Les promesses économiques faites jusqu'à présent ne sont même pas suffisantes à distance: à Cali, Seulement 163 millions de dollars avaient été collectés contre les 30 milliards requis pour 2030. Le COP16 de Rome représente donc une dernière tentative de combler l'écart financier et de trouver des mécanismes de béton pour distribuer et gérer les fonds destinés à la biodiversité.
Le dilemme financier
L'un des principaux points critiques de la discussion concerne la répartition des coûts. Pays à faible revenu, Souvent gardiens des zones les plus riches de la biodiversitéils demandent des contributions plus substantielles aux pays développés et aux multinationales qui profitent des ressources naturelles. Au contraire, l'Europe et d'autres États riches croient que même les économies émergentes doivent faire leur part, contribuant à un financement adéquat.
Les solutions en discussion comprennent la création d'un nouveau fonds de biodiversité, ou le renforcement des structures existantes telles que la Fonds du cadre mondial de la biodiversité Géré par GEF. Cependant, les pays en développement, dont le Brésil et la République démocratique du Congo, craignent que la gouvernance centralisée ne limite leur pouvoir de décision sur l'utilisation des fonds.
Surveillance et transparence: le nœud des contrôles
En plus du financement, un autre aspect crucial est la définition de paramètres clairs pour mesurer les progrès dans la protection de la biodiversité. À ce jour, Plus de la moitié des pays signataires n'ont pas présenté de plans concrets pour se conformer à l'engagement « 30 × 30 »c'est-à-dire protéger au moins 30% de la terre et des mers d'ici 2030.
L'absence de clarté dans les engagements nationaux risque de frustrer les efforts. Sans certaines données sur qui fait quoi, l'ensemble du système pourrait s'effondrer en raison du manque de responsabilité. Certains États, comme la Norvège et l'Indonésie, Ils s'opposent à des contraintes trop strictescraignant les répercussions sur leurs industries stratégiques.

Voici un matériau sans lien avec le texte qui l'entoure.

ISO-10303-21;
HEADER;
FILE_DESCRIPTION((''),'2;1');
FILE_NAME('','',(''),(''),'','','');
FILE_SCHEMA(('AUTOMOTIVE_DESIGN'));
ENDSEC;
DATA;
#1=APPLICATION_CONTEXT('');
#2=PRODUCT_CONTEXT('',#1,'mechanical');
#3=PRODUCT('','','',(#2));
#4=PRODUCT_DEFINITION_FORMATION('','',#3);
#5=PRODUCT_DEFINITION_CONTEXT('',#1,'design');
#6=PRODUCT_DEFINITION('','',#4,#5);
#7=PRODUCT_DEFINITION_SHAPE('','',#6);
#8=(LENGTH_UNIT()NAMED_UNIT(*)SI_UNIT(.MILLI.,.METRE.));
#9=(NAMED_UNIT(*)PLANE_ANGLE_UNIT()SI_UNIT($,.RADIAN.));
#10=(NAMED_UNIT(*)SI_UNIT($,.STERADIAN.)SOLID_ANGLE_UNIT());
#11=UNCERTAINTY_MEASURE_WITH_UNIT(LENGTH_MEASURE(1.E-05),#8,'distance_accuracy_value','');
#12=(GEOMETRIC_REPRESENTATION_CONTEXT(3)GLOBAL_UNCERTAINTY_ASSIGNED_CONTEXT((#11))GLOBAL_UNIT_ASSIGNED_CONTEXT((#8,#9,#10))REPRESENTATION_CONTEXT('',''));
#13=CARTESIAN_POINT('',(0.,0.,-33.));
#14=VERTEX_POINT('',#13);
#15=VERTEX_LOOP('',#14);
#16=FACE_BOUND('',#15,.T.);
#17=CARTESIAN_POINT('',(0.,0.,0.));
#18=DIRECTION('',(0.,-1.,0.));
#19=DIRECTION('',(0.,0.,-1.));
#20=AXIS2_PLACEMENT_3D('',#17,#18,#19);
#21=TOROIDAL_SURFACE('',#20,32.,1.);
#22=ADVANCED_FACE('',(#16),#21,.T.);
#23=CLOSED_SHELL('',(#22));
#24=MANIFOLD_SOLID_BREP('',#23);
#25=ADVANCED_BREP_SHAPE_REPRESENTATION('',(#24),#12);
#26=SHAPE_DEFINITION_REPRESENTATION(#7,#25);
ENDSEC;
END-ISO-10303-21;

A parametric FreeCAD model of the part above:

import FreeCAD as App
import Part
import Sketcher

doc = App.newDocument("Part")
body = doc.addObject("PartDesign::Body", "Body")

# Sketch on XY plane
sketch1 = doc.addObject("Sketcher::SketchObject", "Sketch")
body.addObject(sketch1)
sketch1.AttachmentSupport = (doc.XY_Plane, [""])
sketch1.MapMode = "FlatFace"
sketch1.addGeometry(Part.Circle(App.Vector(32, 0, 0), App.Vector(0, 0, 1), 1), False)
sketch1.addConstraint([
    Sketcher.Constraint("PointOnObject", 0, 3, -1),
    Sketcher.Constraint("Diameter", 0, 2.0),
    Sketcher.Constraint("DistanceX", -1, 1, 0, 3, 32.0),
])
revolution = doc.addObject("PartDesign::Revolution", "Revolution")
body.addObject(revolution)
revolution.Profile = sketch1
revolution.ReferenceAxis = (sketch1, ["V_Axis"])
revolution.Angle = 360

doc.recompute()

L'engagement européen pour un accord mondial
L'Union européenne Il veut jouer un rôle clé dans les négociations de Romedans le but de surmonter les obstacles qui ne sont pas résolus à Cali. Dans un communiqué de presse publié à la veille du sommet romain, la Commission de l'UE a expliqué qu'elle vise à garantir un financement constant pour la biodiversité même après 2030, mobilisant les ressources de sources publiques et privées. La Commission européenne a annoncé le doublement du financement international de la biodiversité 7 milliards d'euros pour la période 2021-2027avec les principales initiatives telles que Afrique naturelleun programme de 1,4 milliard d'euros.

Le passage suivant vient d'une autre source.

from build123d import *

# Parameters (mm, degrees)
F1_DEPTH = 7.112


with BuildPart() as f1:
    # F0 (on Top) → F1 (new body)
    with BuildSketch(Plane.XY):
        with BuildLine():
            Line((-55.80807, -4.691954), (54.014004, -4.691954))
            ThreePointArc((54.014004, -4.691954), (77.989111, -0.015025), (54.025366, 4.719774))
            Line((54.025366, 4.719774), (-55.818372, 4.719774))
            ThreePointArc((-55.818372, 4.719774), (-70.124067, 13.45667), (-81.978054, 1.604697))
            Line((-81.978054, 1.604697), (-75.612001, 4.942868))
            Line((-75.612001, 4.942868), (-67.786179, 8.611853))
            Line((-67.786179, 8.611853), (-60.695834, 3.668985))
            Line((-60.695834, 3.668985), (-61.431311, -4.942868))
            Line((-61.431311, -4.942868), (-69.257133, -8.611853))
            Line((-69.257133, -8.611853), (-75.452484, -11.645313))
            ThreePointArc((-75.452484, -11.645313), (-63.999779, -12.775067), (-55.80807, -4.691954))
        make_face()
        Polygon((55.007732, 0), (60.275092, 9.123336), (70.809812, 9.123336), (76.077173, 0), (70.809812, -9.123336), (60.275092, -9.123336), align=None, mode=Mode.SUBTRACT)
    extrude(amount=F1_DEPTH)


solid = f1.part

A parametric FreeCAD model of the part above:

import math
import FreeCAD as App
import Part
import Sketcher
from FreeCAD import Vector
Q = App.Units.Quantity

doc = App.newDocument("Part")
body = doc.addObject("PartDesign::Body", "Body")

sketch1 = body.newObject("Sketcher::SketchObject", "Sketch")
sketch1.AttachmentSupport = (doc.getObject("XY_Plane"), [""])
sketch1.MapMode = "FlatFace"
sketch1.addGeometry([
    Part.LineSegment(Vector(-56, -5, 0), Vector(54, -5, 0)),
    Part.ArcOfCircle(Part.Circle(Vector(66, 0, 0), Vector(0, 0, 1), 12), math.radians(-158), math.radians(158)),
    Part.LineSegment(Vector(54, 5, 0), Vector(-56, 5, 0)),
    Part.ArcOfCircle(Part.Circle(Vector(-69, 0, 0), Vector(0, 0, 1), 14), math.radians(20), math.radians(173)),
    Part.LineSegment(Vector(-82, 2, 0), Vector(-76, 5, 0)),
    Part.LineSegment(Vector(-76, 5, 0), Vector(-68, 9, 0)),
    Part.LineSegment(Vector(-68, 9, 0), Vector(-61, 4, 0)),
    Part.LineSegment(Vector(-61, 4, 0), Vector(-61, -5, 0)),
    Part.LineSegment(Vector(-61, -5, 0), Vector(-69, -9, 0)),
    Part.LineSegment(Vector(-69, -9, 0), Vector(-75, -12, 0)),
    Part.ArcOfCircle(Part.Circle(Vector(-69, 0, 0), Vector(0, 0, 1), 14), math.radians(-121), math.radians(-20)),
    Part.LineSegment(Vector(60, -9, 0), Vector(55, 0, 0)),
    Part.LineSegment(Vector(55, 0, 0), Vector(60, 9, 0)),
    Part.LineSegment(Vector(60, 9, 0), Vector(71, 9, 0)),
    Part.LineSegment(Vector(71, 9, 0), Vector(76, 0, 0)),
    Part.LineSegment(Vector(76, 0, 0), Vector(71, -9, 0)),
    Part.LineSegment(Vector(71, -9, 0), Vector(60, -9, 0)),
], False)
sketch1.addConstraint([
    Sketcher.Constraint("Coincident", 0, 2, 1, 1),
    Sketcher.Constraint("Coincident", 1, 2, 2, 1),
    Sketcher.Constraint("Coincident", 2, 2, 3, 1),
    Sketcher.Constraint("Coincident", 3, 2, 4, 1),
    Sketcher.Constraint("Coincident", 4, 2, 5, 1),
    Sketcher.Constraint("Coincident", 5, 2, 6, 1),
    Sketcher.Constraint("Coincident", 6, 2, 7, 1),
    Sketcher.Constraint("Coincident", 7, 2, 8, 1),
    Sketcher.Constraint("Coincident", 8, 2, 9, 1),
    Sketcher.Constraint("Coincident", 9, 2, 10, 1),
    Sketcher.Constraint("Coincident", 10, 2, 0, 1),
    Sketcher.Constraint("Coincident", 11, 2, 12, 1),
    Sketcher.Constraint("Coincident", 12, 2, 13, 1),
    Sketcher.Constraint("Coincident", 13, 2, 14, 1),
    Sketcher.Constraint("Coincident", 14, 2, 15, 1),
    Sketcher.Constraint("Coincident", 15, 2, 16, 1),
    Sketcher.Constraint("Coincident", 16, 2, 11, 1),
    Sketcher.Constraint("Horizontal", 0),
    Sketcher.Constraint("Horizontal", 2),
    Sketcher.Constraint("Horizontal", 13),
    Sketcher.Constraint("Horizontal", 16),
    Sketcher.Constraint("Coincident", 10, 3, 3, 3),
    Sketcher.Constraint("Equal", 3, 10),
    Sketcher.Constraint("Symmetric", 13, 2, 15, 2, -1),
    Sketcher.Constraint("PointOnObject", 1, 3, -1),
    Sketcher.Constraint("PointOnObject", 3, 3, -1),
    Sketcher.Constraint("PointOnObject", 11, 2, -1),
    Sketcher.Constraint("PointOnObject", 14, 2, -1),
    Sketcher.Constraint("Parallel", 5, 8),
    Sketcher.Constraint("Parallel", 11, 14),
    Sketcher.Constraint("Parallel", 12, 15),
    Sketcher.Constraint("Equal", 5, 6),
    Sketcher.Constraint("Equal", 6, 7),
    Sketcher.Constraint("Equal", 7, 8),
    Sketcher.Constraint("Angle", 11, Q("119.999998 deg")),
    Sketcher.Constraint("Radius", 3, 13.551741),
    Sketcher.Constraint("Radius", 1, 12.446668),
    Sketcher.Constraint("Distance", 6, 8.643202),
    Sketcher.Constraint("DistanceX", 2, 2, 2, 1, 109.843738),
    Sketcher.Constraint("DistanceX", 13, 1, 13, 2, 10.53472),
    Sketcher.Constraint("DistanceX", 4, 2, -1, 1, 75.612001),
    Sketcher.Constraint("DistanceX", 3, 2, 10, 3, 13.456399),
    Sketcher.Constraint("DistanceX", 8, 2, 6, 2, 8.561299),
    Sketcher.Constraint("DistanceX", 2, 2, 10, 2, 0.010302),
    Sketcher.Constraint("Distance", 11, 10.534721),
    Sketcher.Constraint("DistanceX", 2, 2, -1, 1, 55.818372),
    Sketcher.Constraint("DistanceX", 5, 2, -1, 1, 67.786179),
    Sketcher.Constraint("DistanceX", 7, 2, -1, 1, 61.431311),
    Sketcher.Constraint("DistanceX", -1, 1, 11, 2, 55.007732),
    Sketcher.Constraint("DistanceX", 3, 3, 1, 3, 134.064108),
    Sketcher.Constraint("DistanceY", 3, 2, 4, 2, 3.338171),
    Sketcher.Constraint("DistanceX", 9, 2, 8, 2, 6.195351),
])
pad1 = body.newObject("PartDesign::Pad", "Pad")
pad1.Profile = sketch1
pad1.Length = Q("0.28 in")

doc.recompute()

Un autre point central des négociations concerne la création d'un cadre de surveillance solide pour Évaluer la mise en œuvre du cadre mondial de la biodiversité. L'UE soutient la nécessité de mécanismes d'examen clairs et transparents, afin de garantir que les engagements pris par les pays ne restent pas uniquement sur le papier.

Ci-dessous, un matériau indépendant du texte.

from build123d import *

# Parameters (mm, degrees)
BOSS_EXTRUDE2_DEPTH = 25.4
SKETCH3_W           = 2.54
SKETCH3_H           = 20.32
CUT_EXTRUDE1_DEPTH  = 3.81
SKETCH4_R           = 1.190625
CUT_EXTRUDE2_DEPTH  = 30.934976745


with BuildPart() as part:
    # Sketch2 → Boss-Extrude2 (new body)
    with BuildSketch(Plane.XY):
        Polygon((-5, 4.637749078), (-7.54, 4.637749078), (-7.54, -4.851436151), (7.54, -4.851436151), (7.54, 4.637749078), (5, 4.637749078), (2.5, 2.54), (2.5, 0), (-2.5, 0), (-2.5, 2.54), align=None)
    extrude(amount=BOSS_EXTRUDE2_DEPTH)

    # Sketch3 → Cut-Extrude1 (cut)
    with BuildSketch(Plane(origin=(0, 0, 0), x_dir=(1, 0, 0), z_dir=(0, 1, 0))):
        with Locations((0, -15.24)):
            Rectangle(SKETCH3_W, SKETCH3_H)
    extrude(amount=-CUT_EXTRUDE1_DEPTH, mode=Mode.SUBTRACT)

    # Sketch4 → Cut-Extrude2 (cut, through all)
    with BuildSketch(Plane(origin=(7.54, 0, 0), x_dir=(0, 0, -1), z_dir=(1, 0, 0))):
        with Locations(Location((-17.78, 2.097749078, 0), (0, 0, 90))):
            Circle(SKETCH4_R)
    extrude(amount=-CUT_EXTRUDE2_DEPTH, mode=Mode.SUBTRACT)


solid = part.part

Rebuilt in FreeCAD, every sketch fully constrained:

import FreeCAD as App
import Part
import Sketcher

V = App.Vector
Q = App.Units.Quantity


def add_polygon(sketch, points):
    """Adds a closed chain of lines whose ends are joined by coincident constraints."""
    first, n = sketch.GeometryCount, len(points)
    for a, b in zip(points, points[1:] + points[:1]):
        sketch.addGeometry(Part.LineSegment(App.Vector(*a, 0), App.Vector(*b, 0)), False)
    for i in range(n):
        sketch.addConstraint(Sketcher.Constraint("Coincident", first + i, 2, first + (i + 1) % n, 1))

doc = App.newDocument("Part")
body = doc.addObject("PartDesign::Body", "Body")

# Sketch on XY plane
sketch1 = body.newObject("Sketcher::SketchObject", "Sketch")
sketch1.AttachmentSupport = (doc.getObject("XY_Plane"), [""])
sketch1.MapMode = "FlatFace"
add_polygon(sketch1, [(-5, 4.6), (-7.5, 4.6), (-7.5, -4.9), (7.5, -4.9), (7.5, 4.6), (5, 4.6), (2.5, 2.5), (2.5, 0), (-2.5, 0), (-2.5, 2.5)])  # lines 0-9
sketch1.addConstraint([
    Sketcher.Constraint("Horizontal", 0),
    Sketcher.Constraint("Vertical", 1),
    Sketcher.Constraint("Horizontal", 2),
    Sketcher.Constraint("Vertical", 3),
    Sketcher.Constraint("Horizontal", 4),
    Sketcher.Constraint("Vertical", 6),
    Sketcher.Constraint("Horizontal", 7),
    Sketcher.Constraint("Vertical", 8),
    Sketcher.Constraint("Symmetric", 6, 2, 7, 2, -1, 1),
    Sketcher.Constraint("Symmetric", 0, 2, 3, 2, -2),
    Sketcher.Constraint("Horizontal", 5, 2, 8, 2),
    Sketcher.Constraint("Equal", 0, 4),
    Sketcher.Constraint("Equal", 4, 6),
    Sketcher.Constraint("DistanceX", 0, 2, 0, 1, Q("0.1 in")),
    Sketcher.Constraint("Angle", 5, Q("-140 deg")),
    Sketcher.Constraint("DistanceX", 2, 1, 2, 2, Q("15.08 mm")),
    Sketcher.Constraint("DistanceX", 7, 2, 7, 1, Q("5 mm")),
    Sketcher.Constraint("DistanceY", 1, 2, 1, 1, Q("9.489185 mm")),
])
pad1 = body.newObject("PartDesign::Pad", "Pad")
pad1.Profile = sketch1
pad1.Length = Q("1 in")

# Sketch on XZ plane
sketch2 = body.newObject("Sketcher::SketchObject", "Sketch001")
sketch2.AttachmentSupport = (doc.getObject("XZ_Plane"), [""])
sketch2.MapMode = "FlatFace"
add_polygon(sketch2, [(-1.3, 5.1), (-1.3, 25.4), (1.3, 25.4), (1.3, 5.1)])  # lines 0-3
sketch2.addConstraint([
    Sketcher.Constraint("Vertical", 0),
    Sketcher.Constraint("Horizontal", 1),
    Sketcher.Constraint("Vertical", 2),
    Sketcher.Constraint("Horizontal", 3),
    Sketcher.Constraint("DistanceX", 1, 1, 1, 2, Q("0.1 in")),
    Sketcher.Constraint("DistanceY", 0, 1, 0, 2, Q("0.8 in")),
    Sketcher.Constraint("DistanceY", -1, 1, 0, 2, Q("1 in")),
    Sketcher.Constraint("DistanceX", 0, 2, -1, 1, Q("0.05 in")),
])
pocket1 = body.newObject("PartDesign::Pocket", "Pocket")
pocket1.Profile = sketch2
pocket1.Length = Q("0.15 in")
pocket1.Reversed = True

# Sketch on YZ plane
sketch3 = body.newObject("Sketcher::SketchObject", "Sketch002")
sketch3.AttachmentSupport = (doc.getObject("YZ_Plane"), [""])
sketch3.MapMode = "FlatFace"
sketch3.AttachmentOffset = App.Placement(V(0, 0, 7.54), App.Rotation())
sketch3.addGeometry(Part.Circle(V(2.1, 17.8, 0), V(0, 0, 1), 1.2), False)
sketch3.addConstraint([
    Sketcher.Constraint("Diameter", 0, Q("0.09375 in")),
    Sketcher.Constraint("DistanceY", -1, 1, 0, 3, Q("0.7 in")),
    Sketcher.Constraint("DistanceX", -1, 1, 0, 3, Q("2.097749 mm")),
])
pocket2 = body.newObject("PartDesign::Pocket", "Pocket001")
pocket2.Profile = sketch3
pocket2.Type = "ThroughAll"

doc.recompute()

Entre le vrai pilolitik et les besoins environnementaux: un équilibre fragile
Le sommet de Rome se déroule dans un contexte géopolitique complexe, où les crises économiques et sociales sapent la volonté politique d'investir dans la biodiversité. Les tensions entre les pays développés et les pays en développement restent élevés et sans une volonté de coopération claire, le risque de nouveau défaillance est concret. Oscar Soriaavec le ONG l'initiative communesouligne la gravité du moment: «Cela pourrait être un moment historique, si nous choisissons l'ambition. La question est: Serons-nous assez courageux pour agir, ou manquons-nous cette opportunité?«.
Avec l'approche du COP30 à Belémau Brésil, le succès ou l'échec de la COP16 aura des conséquences décisives sur la crédibilité de la communauté internationale dans la lutte pour la biodiversité.